(Entries taken from a collection)

◆ ◆ ◆ ◆ ◆

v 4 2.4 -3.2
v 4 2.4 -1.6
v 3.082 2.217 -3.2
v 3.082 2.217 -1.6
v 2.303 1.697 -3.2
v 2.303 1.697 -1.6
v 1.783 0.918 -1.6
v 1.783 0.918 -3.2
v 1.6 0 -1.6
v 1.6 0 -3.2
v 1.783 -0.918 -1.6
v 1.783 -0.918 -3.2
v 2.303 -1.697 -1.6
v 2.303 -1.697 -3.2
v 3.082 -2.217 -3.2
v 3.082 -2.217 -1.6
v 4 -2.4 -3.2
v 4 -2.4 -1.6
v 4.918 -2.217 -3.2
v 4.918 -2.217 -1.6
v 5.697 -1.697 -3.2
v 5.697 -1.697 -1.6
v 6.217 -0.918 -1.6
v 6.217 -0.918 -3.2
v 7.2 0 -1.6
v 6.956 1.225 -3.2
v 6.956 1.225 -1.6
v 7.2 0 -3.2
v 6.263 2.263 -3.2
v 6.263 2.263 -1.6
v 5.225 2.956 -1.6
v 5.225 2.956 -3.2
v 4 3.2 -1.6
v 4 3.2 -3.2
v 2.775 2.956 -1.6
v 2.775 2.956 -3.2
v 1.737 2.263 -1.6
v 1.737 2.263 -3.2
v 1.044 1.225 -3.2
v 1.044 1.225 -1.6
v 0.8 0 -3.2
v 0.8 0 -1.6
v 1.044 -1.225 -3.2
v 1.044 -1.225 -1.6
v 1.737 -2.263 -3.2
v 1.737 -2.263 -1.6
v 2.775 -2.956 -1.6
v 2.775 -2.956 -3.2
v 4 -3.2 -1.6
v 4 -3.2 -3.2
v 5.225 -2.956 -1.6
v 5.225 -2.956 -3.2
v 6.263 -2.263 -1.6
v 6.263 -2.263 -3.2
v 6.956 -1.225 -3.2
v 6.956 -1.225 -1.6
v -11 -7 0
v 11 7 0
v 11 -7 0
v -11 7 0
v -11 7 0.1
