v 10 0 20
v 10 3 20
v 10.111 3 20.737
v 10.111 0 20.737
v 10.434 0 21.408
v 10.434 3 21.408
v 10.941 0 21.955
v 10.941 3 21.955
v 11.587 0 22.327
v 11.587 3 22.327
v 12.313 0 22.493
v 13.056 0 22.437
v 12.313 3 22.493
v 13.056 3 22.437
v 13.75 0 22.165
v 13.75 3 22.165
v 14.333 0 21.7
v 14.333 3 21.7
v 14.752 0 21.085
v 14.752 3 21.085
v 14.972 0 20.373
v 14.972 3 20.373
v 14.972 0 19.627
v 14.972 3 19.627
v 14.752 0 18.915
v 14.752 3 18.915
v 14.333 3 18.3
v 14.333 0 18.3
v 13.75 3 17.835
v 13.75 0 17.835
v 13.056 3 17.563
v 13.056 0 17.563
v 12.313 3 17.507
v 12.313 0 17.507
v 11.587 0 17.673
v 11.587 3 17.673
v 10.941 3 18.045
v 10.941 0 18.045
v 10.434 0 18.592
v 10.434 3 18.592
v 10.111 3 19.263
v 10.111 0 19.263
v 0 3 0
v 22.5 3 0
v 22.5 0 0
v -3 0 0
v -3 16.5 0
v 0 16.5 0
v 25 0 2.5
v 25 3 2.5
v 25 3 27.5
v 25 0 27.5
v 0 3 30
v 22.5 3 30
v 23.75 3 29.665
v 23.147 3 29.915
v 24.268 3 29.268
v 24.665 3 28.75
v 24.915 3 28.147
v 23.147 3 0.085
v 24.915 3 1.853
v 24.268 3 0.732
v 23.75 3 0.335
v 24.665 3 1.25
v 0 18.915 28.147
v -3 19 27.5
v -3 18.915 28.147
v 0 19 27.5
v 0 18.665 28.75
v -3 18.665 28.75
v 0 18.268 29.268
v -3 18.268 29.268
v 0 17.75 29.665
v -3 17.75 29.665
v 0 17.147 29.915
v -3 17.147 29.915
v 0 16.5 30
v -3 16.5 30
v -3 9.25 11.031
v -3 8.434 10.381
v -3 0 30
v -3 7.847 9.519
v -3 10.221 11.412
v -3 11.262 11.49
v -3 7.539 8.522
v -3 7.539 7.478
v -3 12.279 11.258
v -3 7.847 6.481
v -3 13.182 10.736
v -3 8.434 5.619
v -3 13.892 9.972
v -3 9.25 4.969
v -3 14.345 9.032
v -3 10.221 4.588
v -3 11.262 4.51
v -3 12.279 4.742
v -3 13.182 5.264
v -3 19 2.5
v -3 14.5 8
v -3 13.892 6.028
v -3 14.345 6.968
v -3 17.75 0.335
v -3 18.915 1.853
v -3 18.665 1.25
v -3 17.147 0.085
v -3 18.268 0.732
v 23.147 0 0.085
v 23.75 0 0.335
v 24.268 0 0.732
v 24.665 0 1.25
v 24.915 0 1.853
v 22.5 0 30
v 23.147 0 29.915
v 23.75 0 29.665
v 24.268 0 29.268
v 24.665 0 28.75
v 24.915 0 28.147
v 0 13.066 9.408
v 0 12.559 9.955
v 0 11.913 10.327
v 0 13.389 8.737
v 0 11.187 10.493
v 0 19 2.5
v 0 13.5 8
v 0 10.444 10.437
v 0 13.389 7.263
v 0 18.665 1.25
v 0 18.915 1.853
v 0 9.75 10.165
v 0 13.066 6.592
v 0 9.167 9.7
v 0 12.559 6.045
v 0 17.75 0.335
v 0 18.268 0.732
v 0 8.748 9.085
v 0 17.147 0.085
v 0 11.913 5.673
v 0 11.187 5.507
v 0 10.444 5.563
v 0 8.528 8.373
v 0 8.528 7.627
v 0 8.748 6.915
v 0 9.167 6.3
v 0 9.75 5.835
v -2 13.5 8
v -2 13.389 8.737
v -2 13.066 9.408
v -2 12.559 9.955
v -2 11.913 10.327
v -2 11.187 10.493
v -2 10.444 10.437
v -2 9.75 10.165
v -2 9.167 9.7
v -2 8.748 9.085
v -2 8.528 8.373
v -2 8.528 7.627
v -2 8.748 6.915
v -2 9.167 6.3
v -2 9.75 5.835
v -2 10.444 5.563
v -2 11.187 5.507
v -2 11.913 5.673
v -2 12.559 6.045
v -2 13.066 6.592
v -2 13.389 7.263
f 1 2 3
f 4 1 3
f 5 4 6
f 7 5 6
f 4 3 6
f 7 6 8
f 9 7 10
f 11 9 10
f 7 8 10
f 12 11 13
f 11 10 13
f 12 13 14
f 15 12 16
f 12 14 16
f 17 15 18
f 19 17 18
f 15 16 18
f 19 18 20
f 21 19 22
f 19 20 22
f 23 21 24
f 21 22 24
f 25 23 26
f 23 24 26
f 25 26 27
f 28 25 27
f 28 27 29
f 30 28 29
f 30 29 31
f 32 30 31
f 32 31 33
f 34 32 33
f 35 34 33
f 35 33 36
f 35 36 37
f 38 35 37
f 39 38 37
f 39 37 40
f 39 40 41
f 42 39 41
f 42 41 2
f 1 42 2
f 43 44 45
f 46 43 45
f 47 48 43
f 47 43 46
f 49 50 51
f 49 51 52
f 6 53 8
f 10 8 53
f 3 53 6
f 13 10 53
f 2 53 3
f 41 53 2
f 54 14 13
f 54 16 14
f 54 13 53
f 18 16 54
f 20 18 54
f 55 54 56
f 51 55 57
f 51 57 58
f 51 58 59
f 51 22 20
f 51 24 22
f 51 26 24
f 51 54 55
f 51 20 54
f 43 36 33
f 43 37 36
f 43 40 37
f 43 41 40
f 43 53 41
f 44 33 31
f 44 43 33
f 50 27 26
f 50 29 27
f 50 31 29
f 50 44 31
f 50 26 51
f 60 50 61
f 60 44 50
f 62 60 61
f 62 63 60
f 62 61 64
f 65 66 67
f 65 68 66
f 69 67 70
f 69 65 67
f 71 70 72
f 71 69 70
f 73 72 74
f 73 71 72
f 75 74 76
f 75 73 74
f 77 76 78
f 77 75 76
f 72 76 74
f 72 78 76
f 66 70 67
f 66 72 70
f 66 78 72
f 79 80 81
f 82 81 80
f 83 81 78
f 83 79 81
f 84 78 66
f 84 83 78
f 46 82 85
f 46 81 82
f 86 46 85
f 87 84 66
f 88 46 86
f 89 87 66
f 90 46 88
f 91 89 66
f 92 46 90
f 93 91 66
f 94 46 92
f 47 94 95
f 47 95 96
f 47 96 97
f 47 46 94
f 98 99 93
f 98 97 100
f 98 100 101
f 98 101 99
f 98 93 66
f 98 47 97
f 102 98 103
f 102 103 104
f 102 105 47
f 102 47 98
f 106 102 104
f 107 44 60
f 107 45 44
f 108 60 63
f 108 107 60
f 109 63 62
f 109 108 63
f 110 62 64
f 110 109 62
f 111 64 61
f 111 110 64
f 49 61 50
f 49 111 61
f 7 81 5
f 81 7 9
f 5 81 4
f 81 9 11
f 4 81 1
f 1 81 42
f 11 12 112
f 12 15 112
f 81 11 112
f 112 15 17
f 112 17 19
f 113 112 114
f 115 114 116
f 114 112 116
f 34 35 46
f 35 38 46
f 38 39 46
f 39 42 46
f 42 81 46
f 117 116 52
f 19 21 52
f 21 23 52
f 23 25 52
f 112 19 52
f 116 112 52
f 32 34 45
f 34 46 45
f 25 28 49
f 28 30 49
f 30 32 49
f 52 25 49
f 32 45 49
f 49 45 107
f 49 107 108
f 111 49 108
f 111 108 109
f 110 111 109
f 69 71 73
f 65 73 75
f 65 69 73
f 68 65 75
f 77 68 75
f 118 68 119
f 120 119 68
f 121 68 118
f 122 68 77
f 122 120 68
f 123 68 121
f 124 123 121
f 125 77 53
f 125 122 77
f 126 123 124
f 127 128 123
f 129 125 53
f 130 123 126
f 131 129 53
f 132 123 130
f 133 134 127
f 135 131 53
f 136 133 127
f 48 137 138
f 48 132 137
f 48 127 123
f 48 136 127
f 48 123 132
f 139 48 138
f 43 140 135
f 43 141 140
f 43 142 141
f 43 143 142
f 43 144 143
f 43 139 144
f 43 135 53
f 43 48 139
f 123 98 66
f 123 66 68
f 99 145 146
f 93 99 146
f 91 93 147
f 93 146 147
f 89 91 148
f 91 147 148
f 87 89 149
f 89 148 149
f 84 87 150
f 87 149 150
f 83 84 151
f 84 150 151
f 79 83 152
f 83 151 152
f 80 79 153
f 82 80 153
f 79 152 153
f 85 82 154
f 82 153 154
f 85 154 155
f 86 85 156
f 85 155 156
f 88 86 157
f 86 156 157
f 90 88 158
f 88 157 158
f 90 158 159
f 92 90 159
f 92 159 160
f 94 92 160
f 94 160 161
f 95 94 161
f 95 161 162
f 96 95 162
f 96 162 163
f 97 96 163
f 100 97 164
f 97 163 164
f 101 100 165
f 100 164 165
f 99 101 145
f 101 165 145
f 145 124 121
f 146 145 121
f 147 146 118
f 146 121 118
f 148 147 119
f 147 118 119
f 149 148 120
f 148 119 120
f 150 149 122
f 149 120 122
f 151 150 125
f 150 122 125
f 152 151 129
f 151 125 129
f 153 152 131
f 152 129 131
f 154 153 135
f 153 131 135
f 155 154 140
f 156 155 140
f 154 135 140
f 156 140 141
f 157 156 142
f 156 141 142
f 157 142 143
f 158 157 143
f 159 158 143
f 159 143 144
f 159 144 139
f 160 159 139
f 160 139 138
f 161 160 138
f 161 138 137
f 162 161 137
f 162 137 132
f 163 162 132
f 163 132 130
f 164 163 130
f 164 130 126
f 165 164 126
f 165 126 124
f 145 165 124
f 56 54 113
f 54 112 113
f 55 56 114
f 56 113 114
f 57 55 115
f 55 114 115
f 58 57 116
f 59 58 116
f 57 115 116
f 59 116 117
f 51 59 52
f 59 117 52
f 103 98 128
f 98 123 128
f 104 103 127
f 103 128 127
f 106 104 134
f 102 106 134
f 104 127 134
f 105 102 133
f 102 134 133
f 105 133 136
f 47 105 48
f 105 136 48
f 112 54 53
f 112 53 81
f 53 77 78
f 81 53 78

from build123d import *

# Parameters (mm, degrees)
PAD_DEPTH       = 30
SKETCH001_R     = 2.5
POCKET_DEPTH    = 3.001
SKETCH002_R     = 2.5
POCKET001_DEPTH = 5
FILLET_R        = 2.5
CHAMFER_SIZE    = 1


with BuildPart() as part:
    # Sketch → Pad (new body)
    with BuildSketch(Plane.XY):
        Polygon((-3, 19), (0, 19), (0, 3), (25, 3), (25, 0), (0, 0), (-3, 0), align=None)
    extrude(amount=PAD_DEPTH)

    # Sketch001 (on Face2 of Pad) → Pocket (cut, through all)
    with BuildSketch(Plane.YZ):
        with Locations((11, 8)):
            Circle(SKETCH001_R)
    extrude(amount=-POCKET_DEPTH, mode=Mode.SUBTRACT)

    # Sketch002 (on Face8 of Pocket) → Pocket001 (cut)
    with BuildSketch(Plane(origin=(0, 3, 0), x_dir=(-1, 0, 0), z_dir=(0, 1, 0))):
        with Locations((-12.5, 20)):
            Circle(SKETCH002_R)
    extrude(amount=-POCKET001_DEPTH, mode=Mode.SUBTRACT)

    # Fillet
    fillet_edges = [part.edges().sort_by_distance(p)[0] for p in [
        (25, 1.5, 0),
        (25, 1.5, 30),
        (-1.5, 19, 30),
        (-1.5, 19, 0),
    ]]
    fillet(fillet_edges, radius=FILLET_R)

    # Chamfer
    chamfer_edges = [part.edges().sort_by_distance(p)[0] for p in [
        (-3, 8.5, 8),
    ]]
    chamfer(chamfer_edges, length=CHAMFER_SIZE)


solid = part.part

◆ ◆ ◆ ◆ ◆

▶ _ASSIGNMENT_
Your answer should consist only of the lines above between the line holding "v -3 18.268 0.732" and the line holding "v 0 12.559 6.045", inclusive, each transcribed exactly.

▶ _YOUR SOLUTION_
v -3 18.268 0.732
v 23.147 0 0.085
v 23.75 0 0.335
v 24.268 0 0.732
v 24.665 0 1.25
v 24.915 0 1.853
v 22.5 0 30
v 23.147 0 29.915
v 23.75 0 29.665
v 24.268 0 29.268
v 24.665 0 28.75
v 24.915 0 28.147
v 0 13.066 9.408
v 0 12.559 9.955
v 0 11.913 10.327
v 0 13.389 8.737
v 0 11.187 10.493
v 0 19 2.5
v 0 13.5 8
v 0 10.444 10.437
v 0 13.389 7.263
v 0 18.665 1.25
v 0 18.915 1.853
v 0 9.75 10.165
v 0 13.066 6.592
v 0 9.167 9.7
v 0 12.559 6.045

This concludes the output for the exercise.